• [What is required] Find the line with "#97=EDGE_CURVE('',#87,#94,#96,.T.);" in the entries below. Repeat it, every following line, and the line with "#118=EDGE_LOOP('',(#117));", exactly and with nothing added.

[Stored data]
-.-.-

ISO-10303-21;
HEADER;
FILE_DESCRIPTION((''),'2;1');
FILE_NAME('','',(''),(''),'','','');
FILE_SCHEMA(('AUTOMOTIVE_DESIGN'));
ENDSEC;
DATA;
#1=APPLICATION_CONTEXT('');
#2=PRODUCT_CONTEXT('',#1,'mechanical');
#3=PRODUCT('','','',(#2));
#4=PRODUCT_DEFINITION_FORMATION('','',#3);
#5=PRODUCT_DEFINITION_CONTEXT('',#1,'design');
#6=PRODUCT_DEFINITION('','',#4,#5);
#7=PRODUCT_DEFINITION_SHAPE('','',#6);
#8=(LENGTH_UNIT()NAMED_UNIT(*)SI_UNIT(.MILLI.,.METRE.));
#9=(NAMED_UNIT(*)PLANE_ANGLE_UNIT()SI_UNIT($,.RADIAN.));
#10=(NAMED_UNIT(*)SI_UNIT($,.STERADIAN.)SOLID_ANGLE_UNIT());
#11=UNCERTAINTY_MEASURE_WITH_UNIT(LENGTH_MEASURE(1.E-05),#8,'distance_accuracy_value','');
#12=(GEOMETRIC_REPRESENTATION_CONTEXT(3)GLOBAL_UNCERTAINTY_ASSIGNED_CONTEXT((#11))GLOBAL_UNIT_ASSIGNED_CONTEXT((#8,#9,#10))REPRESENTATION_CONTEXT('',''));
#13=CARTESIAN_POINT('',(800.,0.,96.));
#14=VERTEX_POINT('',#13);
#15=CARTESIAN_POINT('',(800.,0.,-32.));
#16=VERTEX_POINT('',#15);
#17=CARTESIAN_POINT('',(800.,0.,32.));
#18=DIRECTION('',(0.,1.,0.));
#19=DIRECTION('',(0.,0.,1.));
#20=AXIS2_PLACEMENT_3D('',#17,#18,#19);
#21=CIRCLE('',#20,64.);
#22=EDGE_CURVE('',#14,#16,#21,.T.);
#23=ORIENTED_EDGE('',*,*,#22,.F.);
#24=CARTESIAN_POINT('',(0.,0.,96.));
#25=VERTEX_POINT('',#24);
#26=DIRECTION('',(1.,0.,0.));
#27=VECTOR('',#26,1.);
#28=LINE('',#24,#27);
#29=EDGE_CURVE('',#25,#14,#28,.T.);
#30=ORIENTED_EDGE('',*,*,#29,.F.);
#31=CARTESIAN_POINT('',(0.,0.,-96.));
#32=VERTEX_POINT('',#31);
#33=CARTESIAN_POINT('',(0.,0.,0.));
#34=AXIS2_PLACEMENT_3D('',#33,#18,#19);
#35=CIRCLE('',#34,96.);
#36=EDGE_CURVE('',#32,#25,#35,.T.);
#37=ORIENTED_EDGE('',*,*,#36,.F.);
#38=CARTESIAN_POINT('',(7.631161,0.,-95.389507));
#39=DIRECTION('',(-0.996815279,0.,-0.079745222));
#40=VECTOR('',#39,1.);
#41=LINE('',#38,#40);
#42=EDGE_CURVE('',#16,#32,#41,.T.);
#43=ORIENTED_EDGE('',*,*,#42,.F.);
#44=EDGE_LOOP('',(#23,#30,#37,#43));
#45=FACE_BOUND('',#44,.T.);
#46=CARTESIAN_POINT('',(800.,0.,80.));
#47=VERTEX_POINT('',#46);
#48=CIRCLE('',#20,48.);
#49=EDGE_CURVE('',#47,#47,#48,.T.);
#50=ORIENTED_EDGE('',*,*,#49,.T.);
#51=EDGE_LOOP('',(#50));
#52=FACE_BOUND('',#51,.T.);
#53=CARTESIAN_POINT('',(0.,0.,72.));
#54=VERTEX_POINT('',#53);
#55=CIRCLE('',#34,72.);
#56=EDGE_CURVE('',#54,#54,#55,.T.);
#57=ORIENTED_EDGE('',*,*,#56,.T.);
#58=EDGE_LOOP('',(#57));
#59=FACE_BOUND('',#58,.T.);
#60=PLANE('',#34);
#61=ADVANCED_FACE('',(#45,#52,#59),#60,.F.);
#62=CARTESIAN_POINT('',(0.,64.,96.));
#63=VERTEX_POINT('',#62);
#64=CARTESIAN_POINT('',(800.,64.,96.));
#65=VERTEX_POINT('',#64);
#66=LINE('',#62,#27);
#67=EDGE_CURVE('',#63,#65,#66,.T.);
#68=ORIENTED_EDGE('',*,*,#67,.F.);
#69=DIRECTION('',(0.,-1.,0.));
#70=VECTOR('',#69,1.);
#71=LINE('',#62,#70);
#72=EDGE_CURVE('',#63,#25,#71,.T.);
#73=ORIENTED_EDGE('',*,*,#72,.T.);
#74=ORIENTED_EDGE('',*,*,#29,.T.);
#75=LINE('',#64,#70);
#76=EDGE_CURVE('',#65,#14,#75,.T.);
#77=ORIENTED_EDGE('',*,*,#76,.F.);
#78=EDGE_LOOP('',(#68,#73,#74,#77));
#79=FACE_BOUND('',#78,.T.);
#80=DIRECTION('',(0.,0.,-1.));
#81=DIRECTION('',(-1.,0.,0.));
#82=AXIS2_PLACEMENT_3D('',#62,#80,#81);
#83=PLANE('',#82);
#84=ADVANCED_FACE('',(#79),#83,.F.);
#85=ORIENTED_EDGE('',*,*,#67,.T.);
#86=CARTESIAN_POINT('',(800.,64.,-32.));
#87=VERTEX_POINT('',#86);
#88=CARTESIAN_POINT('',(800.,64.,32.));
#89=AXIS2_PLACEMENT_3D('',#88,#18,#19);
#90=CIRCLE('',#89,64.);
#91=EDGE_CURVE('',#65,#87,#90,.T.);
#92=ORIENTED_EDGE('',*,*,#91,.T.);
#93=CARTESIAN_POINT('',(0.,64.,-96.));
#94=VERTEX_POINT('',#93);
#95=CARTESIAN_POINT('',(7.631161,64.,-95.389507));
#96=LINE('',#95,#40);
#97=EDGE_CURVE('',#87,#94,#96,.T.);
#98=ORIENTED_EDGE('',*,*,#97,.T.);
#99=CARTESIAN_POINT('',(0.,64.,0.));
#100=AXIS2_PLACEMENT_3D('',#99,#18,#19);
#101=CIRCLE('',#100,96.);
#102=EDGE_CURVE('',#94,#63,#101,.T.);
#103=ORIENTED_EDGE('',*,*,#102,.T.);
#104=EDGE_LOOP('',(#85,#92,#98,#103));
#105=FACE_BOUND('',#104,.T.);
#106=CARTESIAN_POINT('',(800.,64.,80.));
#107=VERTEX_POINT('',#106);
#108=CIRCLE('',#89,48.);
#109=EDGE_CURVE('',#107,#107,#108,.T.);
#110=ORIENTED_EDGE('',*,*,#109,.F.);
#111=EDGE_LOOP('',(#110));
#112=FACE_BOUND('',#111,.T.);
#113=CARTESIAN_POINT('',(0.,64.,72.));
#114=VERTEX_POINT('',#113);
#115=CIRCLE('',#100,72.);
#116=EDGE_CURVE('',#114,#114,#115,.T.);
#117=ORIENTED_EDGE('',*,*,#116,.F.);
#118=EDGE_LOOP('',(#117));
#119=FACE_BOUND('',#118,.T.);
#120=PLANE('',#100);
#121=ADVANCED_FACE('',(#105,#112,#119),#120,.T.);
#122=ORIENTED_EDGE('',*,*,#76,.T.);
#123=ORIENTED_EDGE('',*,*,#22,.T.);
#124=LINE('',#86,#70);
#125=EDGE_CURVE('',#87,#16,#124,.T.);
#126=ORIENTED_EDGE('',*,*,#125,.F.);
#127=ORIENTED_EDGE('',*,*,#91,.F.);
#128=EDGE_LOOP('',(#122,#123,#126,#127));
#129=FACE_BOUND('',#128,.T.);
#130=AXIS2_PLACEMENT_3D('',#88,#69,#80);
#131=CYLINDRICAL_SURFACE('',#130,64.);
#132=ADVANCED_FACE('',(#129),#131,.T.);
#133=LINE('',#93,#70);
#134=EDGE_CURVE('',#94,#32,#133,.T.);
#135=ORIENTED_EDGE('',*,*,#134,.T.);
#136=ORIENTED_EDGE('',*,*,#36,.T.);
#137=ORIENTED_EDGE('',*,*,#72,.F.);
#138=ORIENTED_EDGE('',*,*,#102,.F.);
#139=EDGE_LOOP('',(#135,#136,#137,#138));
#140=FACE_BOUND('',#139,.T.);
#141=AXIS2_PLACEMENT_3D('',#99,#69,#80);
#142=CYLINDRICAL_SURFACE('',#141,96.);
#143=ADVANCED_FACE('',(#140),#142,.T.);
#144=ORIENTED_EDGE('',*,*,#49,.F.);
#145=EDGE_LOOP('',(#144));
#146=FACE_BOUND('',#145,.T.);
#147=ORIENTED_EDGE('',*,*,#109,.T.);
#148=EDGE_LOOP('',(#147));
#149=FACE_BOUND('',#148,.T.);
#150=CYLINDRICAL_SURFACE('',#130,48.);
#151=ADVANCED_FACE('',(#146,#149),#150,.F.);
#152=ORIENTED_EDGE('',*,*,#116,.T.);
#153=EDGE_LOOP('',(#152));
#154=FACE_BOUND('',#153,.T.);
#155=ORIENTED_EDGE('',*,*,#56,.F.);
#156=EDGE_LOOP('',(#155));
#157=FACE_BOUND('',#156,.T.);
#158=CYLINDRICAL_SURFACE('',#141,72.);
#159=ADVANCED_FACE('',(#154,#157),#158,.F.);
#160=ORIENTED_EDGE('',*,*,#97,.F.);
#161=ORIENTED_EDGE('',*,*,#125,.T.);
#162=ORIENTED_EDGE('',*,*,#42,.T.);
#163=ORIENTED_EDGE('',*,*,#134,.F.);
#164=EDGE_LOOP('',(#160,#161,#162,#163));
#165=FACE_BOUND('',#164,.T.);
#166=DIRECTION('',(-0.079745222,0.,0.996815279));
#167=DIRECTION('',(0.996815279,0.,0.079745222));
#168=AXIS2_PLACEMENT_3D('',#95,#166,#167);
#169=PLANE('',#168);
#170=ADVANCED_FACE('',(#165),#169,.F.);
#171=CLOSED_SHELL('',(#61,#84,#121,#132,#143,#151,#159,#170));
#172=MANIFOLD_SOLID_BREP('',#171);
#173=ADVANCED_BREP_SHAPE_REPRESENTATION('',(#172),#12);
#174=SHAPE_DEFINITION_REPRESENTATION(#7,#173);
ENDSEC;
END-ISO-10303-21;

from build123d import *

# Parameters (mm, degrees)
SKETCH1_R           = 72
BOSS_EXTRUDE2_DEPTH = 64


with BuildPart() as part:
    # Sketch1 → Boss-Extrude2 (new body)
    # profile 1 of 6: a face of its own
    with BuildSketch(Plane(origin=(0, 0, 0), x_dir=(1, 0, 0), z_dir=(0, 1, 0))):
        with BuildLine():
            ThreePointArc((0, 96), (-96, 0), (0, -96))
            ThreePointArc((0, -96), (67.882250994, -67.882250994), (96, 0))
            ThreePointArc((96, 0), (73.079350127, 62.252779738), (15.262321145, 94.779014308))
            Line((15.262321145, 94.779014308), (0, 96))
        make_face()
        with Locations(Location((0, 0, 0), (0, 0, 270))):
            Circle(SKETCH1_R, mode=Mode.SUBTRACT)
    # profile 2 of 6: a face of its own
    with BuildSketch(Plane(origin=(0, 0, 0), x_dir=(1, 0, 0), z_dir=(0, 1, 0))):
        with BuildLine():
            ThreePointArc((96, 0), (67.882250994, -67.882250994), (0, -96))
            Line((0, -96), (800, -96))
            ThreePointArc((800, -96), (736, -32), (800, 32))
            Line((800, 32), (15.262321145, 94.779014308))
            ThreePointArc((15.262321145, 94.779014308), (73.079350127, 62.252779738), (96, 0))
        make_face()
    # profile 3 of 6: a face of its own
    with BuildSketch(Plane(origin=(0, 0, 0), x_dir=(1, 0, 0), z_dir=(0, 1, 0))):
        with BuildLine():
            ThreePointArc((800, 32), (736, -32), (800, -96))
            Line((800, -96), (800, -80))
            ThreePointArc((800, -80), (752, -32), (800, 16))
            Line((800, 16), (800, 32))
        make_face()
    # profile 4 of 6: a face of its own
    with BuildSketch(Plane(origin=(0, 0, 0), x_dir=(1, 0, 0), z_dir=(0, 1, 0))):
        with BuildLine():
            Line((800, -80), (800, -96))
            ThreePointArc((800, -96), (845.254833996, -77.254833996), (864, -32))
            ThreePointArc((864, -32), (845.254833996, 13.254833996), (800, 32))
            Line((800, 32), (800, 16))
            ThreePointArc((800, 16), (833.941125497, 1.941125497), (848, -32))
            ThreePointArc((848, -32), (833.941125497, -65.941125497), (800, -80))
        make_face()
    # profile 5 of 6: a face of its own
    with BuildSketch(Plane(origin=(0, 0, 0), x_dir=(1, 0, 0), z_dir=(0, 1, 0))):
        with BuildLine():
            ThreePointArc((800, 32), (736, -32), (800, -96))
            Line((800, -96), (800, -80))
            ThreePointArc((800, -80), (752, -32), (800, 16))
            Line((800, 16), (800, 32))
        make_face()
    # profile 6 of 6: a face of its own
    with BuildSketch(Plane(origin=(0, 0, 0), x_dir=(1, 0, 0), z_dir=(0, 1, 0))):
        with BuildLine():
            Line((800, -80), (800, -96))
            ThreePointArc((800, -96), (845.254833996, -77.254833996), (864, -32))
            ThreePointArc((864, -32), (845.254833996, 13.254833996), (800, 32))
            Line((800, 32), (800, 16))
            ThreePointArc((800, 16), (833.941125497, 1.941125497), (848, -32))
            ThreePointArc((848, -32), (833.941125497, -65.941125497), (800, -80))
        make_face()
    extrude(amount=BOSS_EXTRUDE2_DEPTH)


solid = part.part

-.-.-

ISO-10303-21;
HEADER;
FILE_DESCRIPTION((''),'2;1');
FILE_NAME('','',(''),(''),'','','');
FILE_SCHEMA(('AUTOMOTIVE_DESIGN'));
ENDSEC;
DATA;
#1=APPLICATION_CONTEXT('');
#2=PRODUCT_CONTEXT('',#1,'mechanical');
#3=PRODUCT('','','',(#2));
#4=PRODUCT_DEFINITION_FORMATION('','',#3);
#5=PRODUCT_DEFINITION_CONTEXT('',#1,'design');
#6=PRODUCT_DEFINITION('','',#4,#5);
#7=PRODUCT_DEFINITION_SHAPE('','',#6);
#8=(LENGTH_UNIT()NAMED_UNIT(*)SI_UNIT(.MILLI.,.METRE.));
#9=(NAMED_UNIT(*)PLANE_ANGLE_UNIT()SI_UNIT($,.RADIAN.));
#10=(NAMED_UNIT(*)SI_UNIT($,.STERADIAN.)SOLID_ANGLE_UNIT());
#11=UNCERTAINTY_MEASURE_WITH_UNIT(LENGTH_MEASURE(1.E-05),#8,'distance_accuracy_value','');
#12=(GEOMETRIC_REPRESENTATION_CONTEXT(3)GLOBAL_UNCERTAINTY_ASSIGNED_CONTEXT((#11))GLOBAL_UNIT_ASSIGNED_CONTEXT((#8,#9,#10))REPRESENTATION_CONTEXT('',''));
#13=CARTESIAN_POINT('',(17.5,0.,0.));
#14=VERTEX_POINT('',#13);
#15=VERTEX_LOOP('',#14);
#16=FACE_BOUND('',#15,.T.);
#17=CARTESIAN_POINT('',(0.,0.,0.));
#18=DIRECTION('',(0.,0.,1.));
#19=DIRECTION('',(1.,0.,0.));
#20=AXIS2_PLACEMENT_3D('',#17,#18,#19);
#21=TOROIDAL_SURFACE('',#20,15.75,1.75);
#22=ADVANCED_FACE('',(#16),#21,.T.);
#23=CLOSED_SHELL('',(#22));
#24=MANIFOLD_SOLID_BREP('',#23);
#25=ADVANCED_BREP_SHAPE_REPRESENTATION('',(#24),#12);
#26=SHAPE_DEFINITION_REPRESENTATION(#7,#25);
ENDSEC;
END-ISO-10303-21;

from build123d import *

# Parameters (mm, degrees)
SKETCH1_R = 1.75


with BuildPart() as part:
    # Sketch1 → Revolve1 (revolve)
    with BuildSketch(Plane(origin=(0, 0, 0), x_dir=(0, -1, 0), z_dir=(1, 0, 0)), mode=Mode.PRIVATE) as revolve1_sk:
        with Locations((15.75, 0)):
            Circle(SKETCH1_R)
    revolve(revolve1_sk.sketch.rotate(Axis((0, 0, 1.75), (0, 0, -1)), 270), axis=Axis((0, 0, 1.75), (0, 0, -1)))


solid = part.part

-.-.-

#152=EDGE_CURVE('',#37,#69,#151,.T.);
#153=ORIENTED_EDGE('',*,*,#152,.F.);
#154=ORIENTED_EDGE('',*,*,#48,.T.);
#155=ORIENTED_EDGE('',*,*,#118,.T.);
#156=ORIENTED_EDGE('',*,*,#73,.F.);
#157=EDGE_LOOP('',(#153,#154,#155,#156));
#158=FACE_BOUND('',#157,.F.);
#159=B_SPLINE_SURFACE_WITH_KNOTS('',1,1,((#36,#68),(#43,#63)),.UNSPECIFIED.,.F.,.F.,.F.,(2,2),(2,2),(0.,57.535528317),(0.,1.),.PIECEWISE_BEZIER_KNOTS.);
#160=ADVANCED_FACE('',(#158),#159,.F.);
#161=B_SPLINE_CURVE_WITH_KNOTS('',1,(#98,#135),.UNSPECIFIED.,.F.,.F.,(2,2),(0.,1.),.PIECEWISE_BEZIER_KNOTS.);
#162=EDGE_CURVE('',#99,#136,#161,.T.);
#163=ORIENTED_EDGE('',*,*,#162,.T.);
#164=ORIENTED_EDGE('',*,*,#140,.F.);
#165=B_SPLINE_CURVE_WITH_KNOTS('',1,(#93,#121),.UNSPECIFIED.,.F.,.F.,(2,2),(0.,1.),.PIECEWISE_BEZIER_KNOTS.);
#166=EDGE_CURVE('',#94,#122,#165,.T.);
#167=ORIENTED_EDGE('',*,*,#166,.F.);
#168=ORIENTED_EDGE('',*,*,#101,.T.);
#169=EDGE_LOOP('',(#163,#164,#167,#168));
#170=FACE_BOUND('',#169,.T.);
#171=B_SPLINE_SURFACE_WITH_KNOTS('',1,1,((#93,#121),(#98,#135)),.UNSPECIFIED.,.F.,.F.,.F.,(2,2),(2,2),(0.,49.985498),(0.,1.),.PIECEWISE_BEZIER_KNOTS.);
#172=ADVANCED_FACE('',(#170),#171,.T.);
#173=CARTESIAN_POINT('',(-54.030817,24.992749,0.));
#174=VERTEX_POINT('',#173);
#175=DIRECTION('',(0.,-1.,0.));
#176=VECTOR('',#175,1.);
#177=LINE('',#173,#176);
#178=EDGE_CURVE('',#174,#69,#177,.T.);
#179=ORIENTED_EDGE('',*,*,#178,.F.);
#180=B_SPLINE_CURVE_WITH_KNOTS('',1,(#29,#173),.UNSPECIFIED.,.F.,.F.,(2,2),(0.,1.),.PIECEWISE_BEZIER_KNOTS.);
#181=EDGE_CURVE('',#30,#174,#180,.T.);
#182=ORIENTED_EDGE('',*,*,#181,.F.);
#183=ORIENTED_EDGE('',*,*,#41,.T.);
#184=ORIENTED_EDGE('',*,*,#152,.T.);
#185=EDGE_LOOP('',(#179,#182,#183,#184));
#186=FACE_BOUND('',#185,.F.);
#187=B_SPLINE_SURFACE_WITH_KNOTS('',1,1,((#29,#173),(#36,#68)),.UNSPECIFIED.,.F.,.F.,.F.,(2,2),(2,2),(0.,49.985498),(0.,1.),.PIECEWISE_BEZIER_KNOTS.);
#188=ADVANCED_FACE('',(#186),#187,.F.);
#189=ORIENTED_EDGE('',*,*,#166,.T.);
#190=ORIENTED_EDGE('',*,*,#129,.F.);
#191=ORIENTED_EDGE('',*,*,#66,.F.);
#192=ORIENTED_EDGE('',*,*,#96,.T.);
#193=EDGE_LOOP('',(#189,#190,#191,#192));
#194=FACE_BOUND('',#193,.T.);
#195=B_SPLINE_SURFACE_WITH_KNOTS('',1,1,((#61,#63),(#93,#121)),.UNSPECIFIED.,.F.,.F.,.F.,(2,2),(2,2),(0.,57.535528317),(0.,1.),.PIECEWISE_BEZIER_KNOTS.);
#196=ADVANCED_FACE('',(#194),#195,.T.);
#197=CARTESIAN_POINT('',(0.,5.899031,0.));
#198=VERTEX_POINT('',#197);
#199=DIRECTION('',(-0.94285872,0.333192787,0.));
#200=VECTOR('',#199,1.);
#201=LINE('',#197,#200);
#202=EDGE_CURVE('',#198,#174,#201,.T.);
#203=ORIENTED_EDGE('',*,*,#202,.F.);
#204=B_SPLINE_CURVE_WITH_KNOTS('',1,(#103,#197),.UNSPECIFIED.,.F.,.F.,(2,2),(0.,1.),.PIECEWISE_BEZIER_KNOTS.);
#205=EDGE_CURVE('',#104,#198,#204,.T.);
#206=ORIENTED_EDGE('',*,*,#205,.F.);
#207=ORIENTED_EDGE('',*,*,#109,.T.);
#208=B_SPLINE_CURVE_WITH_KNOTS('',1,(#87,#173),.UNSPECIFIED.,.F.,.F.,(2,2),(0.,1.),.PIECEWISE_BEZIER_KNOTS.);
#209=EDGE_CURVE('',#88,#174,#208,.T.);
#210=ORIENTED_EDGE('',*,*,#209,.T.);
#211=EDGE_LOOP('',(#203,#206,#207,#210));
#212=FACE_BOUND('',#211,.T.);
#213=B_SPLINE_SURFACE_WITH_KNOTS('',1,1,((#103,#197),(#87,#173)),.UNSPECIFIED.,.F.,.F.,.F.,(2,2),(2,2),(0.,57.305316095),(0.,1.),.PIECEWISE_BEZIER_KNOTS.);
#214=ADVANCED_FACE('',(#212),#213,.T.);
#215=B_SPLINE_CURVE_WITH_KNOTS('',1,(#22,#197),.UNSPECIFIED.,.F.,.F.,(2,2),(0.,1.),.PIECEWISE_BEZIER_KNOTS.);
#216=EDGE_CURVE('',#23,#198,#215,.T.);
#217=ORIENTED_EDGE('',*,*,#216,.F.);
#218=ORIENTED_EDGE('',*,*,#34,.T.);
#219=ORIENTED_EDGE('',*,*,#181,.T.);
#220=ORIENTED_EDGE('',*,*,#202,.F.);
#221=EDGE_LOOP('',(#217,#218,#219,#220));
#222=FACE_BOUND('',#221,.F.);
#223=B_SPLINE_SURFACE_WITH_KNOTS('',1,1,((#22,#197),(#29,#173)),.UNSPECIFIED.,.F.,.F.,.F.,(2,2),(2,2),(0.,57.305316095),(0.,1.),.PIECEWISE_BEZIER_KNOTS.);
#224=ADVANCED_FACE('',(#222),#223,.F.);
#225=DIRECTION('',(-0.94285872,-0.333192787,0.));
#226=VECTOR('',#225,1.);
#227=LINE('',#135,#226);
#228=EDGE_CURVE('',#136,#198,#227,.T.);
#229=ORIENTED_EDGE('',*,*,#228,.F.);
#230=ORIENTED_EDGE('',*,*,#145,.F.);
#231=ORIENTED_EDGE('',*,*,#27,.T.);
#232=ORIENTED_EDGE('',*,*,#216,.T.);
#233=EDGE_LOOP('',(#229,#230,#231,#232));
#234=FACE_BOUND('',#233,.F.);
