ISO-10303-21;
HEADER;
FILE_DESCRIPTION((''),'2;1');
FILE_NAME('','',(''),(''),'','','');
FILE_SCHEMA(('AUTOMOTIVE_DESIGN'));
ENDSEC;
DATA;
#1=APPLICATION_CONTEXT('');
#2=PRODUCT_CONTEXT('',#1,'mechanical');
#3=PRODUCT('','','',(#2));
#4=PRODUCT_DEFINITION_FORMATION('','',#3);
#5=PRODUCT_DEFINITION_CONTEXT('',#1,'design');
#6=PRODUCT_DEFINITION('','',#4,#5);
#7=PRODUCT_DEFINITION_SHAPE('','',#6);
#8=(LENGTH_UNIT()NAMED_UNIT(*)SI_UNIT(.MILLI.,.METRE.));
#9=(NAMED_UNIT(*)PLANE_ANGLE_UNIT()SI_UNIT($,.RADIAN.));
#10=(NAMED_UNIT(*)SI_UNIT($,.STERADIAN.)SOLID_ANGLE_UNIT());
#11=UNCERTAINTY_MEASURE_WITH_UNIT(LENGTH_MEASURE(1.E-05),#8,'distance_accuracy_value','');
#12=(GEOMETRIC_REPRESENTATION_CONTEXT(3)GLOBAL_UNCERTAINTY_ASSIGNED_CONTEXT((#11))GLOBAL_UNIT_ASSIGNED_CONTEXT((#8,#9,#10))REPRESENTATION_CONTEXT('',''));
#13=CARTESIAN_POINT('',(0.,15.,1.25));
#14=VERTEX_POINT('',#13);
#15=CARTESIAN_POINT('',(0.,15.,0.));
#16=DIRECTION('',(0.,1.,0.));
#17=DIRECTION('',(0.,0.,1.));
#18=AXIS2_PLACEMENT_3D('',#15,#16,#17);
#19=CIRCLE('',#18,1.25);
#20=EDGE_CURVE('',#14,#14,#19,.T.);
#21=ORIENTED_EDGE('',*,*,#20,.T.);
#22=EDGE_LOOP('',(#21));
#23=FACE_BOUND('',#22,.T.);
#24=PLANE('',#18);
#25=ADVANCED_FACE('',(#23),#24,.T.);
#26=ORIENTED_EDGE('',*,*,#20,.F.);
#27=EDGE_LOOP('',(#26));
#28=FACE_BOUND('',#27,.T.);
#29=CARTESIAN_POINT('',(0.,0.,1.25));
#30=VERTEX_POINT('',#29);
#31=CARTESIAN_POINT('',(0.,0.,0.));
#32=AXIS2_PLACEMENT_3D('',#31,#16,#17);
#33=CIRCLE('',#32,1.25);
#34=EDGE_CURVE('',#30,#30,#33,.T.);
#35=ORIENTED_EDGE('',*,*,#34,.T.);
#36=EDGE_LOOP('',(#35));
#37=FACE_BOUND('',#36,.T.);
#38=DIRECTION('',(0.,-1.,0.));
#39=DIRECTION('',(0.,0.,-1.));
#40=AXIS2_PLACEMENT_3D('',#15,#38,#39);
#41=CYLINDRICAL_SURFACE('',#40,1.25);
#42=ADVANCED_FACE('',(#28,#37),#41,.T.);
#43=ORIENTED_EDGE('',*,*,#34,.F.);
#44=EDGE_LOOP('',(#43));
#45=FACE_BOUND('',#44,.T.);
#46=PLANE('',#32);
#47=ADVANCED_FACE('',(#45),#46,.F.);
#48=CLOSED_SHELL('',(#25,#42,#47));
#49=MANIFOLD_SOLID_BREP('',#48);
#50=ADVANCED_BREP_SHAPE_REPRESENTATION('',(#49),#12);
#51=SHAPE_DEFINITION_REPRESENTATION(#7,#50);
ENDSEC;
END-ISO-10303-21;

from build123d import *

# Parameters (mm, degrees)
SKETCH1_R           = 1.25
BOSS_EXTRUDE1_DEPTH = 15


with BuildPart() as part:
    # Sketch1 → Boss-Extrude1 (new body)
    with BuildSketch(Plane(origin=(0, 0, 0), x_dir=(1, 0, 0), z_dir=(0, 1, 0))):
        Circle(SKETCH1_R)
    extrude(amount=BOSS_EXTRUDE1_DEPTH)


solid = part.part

-.-.-

• [Solution to this task]
#97=EDGE_CURVE('',#87,#94,#96,.T.);
#98=ORIENTED_EDGE('',*,*,#97,.T.);
#99=CARTESIAN_POINT('',(0.,64.,0.));
#100=AXIS2_PLACEMENT_3D('',#99,#18,#19);
#101=CIRCLE('',#100,96.);
#102=EDGE_CURVE('',#94,#63,#101,.T.);
#103=ORIENTED_EDGE('',*,*,#102,.T.);
#104=EDGE_LOOP('',(#85,#92,#98,#103));
#105=FACE_BOUND('',#104,.T.);
#106=CARTESIAN_POINT('',(800.,64.,80.));
#107=VERTEX_POINT('',#106);
#108=CIRCLE('',#89,48.);
#109=EDGE_CURVE('',#107,#107,#108,.T.);
#110=ORIENTED_EDGE('',*,*,#109,.F.);
#111=EDGE_LOOP('',(#110));
#112=FACE_BOUND('',#111,.T.);
#113=CARTESIAN_POINT('',(0.,64.,72.));
#114=VERTEX_POINT('',#113);
#115=CIRCLE('',#100,72.);
#116=EDGE_CURVE('',#114,#114,#115,.T.);
#117=ORIENTED_EDGE('',*,*,#116,.F.);
#118=EDGE_LOOP('',(#117));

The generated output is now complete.